Some of the TSC proposals in the new CBA are;

  1. Expansion of maternity leave from a period of 90 days to 120.
  2. Expansion of paternity leave from a period of 14 days to 21.
  3. Fast-tracking of promotions in arid and semi-arid areas.
  4. Pre-adoptive leave for parents exploring adoption to bond with their children

Newly elected Knut Secretary General Collins Oyuu had termed the proposal laughable after the first meeting of CBA talks.

Treasury allocated over Sh588 billion to the Ministry of Education in the 2021/2022 financial year budget, no monies were allocated to finance the 2021-2026 CBA.

The Salaries and Remuneration Commission (SRC) froze salary reviews for teachers, civil servants and state officers owing to the economic slowdown occasioned by the COVID-19 pandemic.

SRC boss Lyn Mengich said there will be no salary increments for the public servants for the next two years to allow the government stabilize the economy.
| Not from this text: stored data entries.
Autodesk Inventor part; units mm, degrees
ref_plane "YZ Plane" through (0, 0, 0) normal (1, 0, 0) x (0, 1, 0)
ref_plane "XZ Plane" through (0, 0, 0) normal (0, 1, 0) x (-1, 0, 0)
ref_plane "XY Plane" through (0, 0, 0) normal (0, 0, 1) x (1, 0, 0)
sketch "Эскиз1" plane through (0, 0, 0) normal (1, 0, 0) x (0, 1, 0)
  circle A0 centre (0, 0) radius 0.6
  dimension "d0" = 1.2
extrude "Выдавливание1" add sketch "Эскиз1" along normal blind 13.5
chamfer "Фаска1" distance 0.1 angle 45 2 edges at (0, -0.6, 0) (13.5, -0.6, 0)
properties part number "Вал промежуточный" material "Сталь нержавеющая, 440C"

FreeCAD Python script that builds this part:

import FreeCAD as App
import Part
import Sketcher
from FreeCAD import Vector


def edges_at(feature, points):
    """Names of the edges that pass closest to the given points."""
    edges = feature.Shape.Edges
    near = lambda p: min(range(len(edges)), key=lambda i: edges[i].distToShape(Part.Vertex(*p))[0])
    return sorted({f"Edge{near(p) + 1}" for p in points})

doc = App.newDocument("Part")
body = doc.addObject("PartDesign::Body", "Body")

# Sketch on YZ plane
sketch1 = doc.addObject("Sketcher::SketchObject", "Sketch")
body.addObject(sketch1)
sketch1.AttachmentSupport = (doc.YZ_Plane, [""])
sketch1.MapMode = "FlatFace"
sketch1.addGeometry(Part.Circle(Vector(0, 0, 0), Vector(0, 0, 1), 0.6), False)
sketch1.addConstraint([
    Sketcher.Constraint("Coincident", 0, 3, -1, 1),
    Sketcher.Constraint("Diameter", 0, 1.2),
])
pad1 = doc.addObject("PartDesign::Pad", "Pad")
body.addObject(pad1)
pad1.Profile = sketch1
pad1.Length = 13.5
doc.recompute()

chamfer = doc.addObject("PartDesign::Chamfer", "Chamfer")
body.addObject(chamfer)
chamfer.Base = (pad1, edges_at(pad1, [(0, -0.6, 0), (13.5, -0.6, 0)]))
chamfer.Size = 0.1

doc.recompute()
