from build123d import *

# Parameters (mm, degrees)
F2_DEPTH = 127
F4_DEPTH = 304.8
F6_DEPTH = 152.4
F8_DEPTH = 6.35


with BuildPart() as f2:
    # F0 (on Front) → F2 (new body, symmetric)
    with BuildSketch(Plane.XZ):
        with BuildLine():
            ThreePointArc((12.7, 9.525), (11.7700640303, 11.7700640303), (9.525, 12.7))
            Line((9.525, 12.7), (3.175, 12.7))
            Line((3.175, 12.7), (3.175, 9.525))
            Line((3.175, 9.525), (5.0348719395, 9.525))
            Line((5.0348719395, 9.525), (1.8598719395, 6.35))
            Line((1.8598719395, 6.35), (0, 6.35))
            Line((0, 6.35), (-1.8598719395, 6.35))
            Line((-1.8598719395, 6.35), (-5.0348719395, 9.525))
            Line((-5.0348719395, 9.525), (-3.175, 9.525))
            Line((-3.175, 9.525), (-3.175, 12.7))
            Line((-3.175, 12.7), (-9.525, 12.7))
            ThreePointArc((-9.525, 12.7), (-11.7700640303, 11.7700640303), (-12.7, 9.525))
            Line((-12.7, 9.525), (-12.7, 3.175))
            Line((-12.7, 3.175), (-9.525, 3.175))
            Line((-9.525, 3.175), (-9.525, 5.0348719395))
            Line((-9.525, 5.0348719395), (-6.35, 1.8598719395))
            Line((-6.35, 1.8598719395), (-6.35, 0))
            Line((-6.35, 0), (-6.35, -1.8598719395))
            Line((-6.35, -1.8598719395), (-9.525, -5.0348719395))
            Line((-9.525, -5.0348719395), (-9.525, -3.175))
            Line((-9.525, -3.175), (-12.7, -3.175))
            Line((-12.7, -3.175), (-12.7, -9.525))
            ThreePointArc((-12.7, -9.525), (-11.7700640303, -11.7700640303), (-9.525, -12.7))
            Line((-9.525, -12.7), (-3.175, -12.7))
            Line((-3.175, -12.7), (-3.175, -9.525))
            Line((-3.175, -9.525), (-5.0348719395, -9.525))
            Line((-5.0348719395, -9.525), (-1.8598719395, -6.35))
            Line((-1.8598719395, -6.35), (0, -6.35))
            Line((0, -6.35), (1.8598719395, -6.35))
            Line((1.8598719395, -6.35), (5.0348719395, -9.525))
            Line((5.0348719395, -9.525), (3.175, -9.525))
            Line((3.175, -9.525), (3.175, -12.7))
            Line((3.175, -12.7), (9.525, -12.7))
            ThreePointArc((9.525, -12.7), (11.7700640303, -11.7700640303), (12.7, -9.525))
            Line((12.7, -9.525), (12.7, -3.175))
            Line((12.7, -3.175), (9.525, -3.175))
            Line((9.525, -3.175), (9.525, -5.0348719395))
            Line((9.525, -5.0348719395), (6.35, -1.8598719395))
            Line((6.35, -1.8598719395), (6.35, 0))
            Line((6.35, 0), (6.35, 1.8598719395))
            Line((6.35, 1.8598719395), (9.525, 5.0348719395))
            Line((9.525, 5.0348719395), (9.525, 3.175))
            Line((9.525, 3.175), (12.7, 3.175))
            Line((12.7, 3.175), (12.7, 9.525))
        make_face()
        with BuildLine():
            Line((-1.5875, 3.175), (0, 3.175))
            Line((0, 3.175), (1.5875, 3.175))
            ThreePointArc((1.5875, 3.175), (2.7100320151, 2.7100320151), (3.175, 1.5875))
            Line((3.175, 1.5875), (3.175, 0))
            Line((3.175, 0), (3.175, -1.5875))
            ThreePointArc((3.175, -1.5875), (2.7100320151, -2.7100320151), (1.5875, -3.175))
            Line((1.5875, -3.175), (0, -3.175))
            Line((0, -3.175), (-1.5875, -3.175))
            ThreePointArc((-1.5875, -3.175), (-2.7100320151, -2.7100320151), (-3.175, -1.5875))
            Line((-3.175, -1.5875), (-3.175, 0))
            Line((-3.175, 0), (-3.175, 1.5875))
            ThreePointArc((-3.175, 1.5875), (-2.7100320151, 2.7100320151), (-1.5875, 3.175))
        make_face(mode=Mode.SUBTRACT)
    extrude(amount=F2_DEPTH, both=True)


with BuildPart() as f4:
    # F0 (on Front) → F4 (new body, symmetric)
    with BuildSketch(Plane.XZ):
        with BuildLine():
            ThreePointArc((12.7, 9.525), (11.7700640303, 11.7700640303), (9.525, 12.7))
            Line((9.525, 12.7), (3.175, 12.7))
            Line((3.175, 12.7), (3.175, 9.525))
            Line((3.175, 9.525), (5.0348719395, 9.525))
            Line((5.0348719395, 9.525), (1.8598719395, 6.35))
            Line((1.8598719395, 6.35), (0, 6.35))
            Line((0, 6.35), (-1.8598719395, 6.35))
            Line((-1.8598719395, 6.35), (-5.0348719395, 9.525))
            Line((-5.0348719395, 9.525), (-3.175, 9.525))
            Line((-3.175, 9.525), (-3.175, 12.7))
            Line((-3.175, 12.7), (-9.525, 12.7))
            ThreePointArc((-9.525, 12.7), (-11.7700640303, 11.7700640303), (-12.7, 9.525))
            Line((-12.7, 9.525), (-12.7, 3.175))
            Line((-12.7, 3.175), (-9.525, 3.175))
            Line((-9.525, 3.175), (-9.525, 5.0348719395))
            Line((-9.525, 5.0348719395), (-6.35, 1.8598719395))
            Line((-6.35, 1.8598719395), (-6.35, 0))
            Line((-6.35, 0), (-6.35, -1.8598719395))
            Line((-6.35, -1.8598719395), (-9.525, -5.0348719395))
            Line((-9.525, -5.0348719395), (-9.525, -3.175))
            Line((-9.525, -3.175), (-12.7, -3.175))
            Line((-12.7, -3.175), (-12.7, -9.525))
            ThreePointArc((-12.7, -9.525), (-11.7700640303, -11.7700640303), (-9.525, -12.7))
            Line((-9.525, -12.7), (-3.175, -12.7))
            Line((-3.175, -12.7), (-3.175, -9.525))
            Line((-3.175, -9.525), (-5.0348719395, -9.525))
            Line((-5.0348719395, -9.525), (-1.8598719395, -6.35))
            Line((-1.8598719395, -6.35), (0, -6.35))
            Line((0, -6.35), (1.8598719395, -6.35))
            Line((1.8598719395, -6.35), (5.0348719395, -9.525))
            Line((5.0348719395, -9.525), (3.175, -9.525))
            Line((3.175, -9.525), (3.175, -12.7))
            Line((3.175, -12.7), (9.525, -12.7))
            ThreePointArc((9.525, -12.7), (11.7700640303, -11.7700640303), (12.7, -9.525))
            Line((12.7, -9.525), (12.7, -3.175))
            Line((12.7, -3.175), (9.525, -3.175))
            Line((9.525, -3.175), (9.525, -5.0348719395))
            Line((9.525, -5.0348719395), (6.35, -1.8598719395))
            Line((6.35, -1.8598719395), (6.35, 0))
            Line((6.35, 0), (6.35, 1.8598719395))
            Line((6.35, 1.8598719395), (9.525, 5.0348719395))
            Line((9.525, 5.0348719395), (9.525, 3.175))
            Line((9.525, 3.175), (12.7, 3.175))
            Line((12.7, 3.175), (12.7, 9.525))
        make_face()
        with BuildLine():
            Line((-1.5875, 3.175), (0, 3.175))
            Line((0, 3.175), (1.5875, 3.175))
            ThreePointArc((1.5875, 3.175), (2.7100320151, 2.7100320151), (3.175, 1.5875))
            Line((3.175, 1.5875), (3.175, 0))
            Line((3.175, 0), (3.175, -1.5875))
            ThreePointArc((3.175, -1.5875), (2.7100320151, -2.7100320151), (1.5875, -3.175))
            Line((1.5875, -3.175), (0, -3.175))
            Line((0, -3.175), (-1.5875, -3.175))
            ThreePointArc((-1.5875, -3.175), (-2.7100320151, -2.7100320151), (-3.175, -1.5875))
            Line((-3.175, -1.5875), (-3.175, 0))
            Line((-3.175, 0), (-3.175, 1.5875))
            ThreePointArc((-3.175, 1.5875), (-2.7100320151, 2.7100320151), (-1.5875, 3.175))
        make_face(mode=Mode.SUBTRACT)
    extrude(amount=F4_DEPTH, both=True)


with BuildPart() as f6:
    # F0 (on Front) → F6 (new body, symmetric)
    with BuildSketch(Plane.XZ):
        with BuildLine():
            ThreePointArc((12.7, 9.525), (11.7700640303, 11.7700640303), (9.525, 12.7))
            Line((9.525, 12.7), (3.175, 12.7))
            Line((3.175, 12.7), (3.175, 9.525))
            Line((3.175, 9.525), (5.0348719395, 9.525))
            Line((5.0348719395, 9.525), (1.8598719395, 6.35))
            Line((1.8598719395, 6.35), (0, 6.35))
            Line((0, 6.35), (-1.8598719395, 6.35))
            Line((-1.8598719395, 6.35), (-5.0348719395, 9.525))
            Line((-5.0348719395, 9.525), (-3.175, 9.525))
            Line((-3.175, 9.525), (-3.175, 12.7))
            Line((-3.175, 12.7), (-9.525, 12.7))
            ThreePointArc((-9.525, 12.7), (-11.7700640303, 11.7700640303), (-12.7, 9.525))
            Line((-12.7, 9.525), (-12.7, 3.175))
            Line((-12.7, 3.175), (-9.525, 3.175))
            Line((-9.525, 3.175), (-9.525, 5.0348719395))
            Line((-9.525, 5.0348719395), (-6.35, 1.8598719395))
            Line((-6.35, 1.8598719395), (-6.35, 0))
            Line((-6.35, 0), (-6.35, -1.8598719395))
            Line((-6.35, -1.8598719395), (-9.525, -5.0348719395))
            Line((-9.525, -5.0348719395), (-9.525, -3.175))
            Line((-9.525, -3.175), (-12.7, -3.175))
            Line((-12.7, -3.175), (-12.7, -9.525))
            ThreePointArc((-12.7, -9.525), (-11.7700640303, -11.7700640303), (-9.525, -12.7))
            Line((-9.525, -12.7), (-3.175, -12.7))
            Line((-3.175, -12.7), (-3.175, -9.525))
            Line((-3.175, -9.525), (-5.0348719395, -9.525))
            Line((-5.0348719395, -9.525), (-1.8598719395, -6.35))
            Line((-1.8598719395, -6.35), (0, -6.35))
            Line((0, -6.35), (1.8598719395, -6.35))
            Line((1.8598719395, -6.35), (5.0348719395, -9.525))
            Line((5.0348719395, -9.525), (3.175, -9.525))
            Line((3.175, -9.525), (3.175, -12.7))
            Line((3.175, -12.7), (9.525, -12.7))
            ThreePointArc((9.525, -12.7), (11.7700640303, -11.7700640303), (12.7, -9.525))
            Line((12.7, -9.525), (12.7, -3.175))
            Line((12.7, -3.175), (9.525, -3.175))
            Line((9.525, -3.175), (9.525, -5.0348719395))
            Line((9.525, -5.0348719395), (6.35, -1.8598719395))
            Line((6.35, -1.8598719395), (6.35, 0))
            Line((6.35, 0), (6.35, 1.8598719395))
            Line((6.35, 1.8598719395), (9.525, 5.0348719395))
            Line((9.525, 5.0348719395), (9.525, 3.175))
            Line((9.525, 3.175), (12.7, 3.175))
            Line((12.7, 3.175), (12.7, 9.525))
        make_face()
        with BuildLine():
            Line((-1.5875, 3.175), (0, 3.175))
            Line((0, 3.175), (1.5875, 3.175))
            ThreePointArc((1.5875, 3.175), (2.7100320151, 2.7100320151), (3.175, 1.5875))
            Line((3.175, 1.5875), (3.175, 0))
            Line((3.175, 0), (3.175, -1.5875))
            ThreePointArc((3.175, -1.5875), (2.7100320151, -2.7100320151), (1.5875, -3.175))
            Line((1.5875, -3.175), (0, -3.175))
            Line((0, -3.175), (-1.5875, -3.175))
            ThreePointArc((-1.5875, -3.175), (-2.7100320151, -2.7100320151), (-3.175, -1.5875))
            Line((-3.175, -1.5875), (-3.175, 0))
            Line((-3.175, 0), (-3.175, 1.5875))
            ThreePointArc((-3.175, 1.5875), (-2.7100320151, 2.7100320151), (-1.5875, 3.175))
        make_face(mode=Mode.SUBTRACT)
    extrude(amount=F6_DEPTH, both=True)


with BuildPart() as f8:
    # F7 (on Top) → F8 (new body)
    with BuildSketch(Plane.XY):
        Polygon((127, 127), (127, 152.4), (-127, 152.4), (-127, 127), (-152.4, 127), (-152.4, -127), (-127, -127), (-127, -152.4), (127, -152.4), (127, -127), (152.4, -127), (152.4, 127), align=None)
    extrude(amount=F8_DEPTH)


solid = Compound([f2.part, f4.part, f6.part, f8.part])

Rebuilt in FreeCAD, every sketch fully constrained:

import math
import FreeCAD as App
import Part
import Sketcher

V = App.Vector
Q = App.Units.Quantity

doc = App.newDocument("Part")
params = doc.addObject("Spreadsheet::Sheet", "Params")
for row, (alias, value) in enumerate([
    ("sketch1_radius", "0.125 in"),
    ("sketch1_radius2", "0.0625 in"),
    ("sketch1_width", "0.25 in"),
    ("pad1_length", "10 in"),
    ("sketch2_radius", "0.125 in"),
    ("sketch2_radius2", "0.0625 in"),
    ("sketch2_width", "0.25 in"),
    ("pad2_length", "24 in"),
    ("sketch3_radius", "0.125 in"),
    ("sketch3_radius2", "0.0625 in"),
    ("sketch3_width", "0.25 in"),
    ("pad3_length", "12 in"),
    ("sketch4_width", "10 in"),
    ("sketch4_width2", "1 in"),
    ("pad4_length", "0.25 in"),
], start=1):
    params.set(f"A{row}", alias)
    params.set(f"B{row}", "=" + value)
    params.setAlias(f"B{row}", alias)

body = doc.addObject("PartDesign::Body", "Body")

sketch1 = body.newObject("Sketcher::SketchObject", "Sketch")
sketch1.AttachmentSupport = (doc.getObject("XZ_Plane"), [""])
sketch1.MapMode = "FlatFace"
sketch1.addGeometry([
    Part.ArcOfCircle(Part.Circle(V(9.5, 9.5, 0), V(0, 0, 1), 3.2), math.radians(0), math.radians(90)),
    Part.LineSegment(V(9.5, 12.7, 0), V(3.2, 12.7, 0)),
    Part.LineSegment(V(3.2, 12.7, 0), V(3.2, 9.5, 0)),
    Part.LineSegment(V(3.2, 9.5, 0), V(5, 9.5, 0)),
    Part.LineSegment(V(5, 9.5, 0), V(1.9, 6.3, 0)),
    Part.LineSegment(V(1.9, 6.3, 0), V(-1.9, 6.3, 0)),
    Part.LineSegment(V(-1.9, 6.3, 0), V(-5, 9.5, 0)),
    Part.LineSegment(V(-5, 9.5, 0), V(-3.2, 9.5, 0)),
    Part.LineSegment(V(-3.2, 9.5, 0), V(-3.2, 12.7, 0)),
    Part.LineSegment(V(-3.2, 12.7, 0), V(-9.5, 12.7, 0)),
    Part.ArcOfCircle(Part.Circle(V(-9.5, 9.5, 0), V(0, 0, 1), 3.2), math.radians(90), math.radians(180)),
    Part.LineSegment(V(-12.7, 9.5, 0), V(-12.7, 3.2, 0)),
    Part.LineSegment(V(-12.7, 3.2, 0), V(-9.5, 3.2, 0)),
“Cognisant of the government’s financial constraints, the current wage bill ratios, the need to release resources for investment in the strategic priorities of the government to jumpstart the Covid-19-ravaged economy, there will be no review of the basic salary structures, allowances and benefits paid in the public sector in the financial year 2021/2022-2022/23,” said the SRC boss.

The commission further announced that no additional funding will be provided for implementation of the job evaluation results in the next two financial years.

“Public sector institutions may implement job evaluation results, by placing jobs in their rightful job evaluation grading, within the existing salary structures and approved budgets, subject to confirmation to SRC that the funding is provided for in the current budget,” said SRC.

The commission says it will review the situation after two fiscal years, and based on the status of the economy, it will guide on the way forward for the remaining period of the third remuneration and benefits review cycle.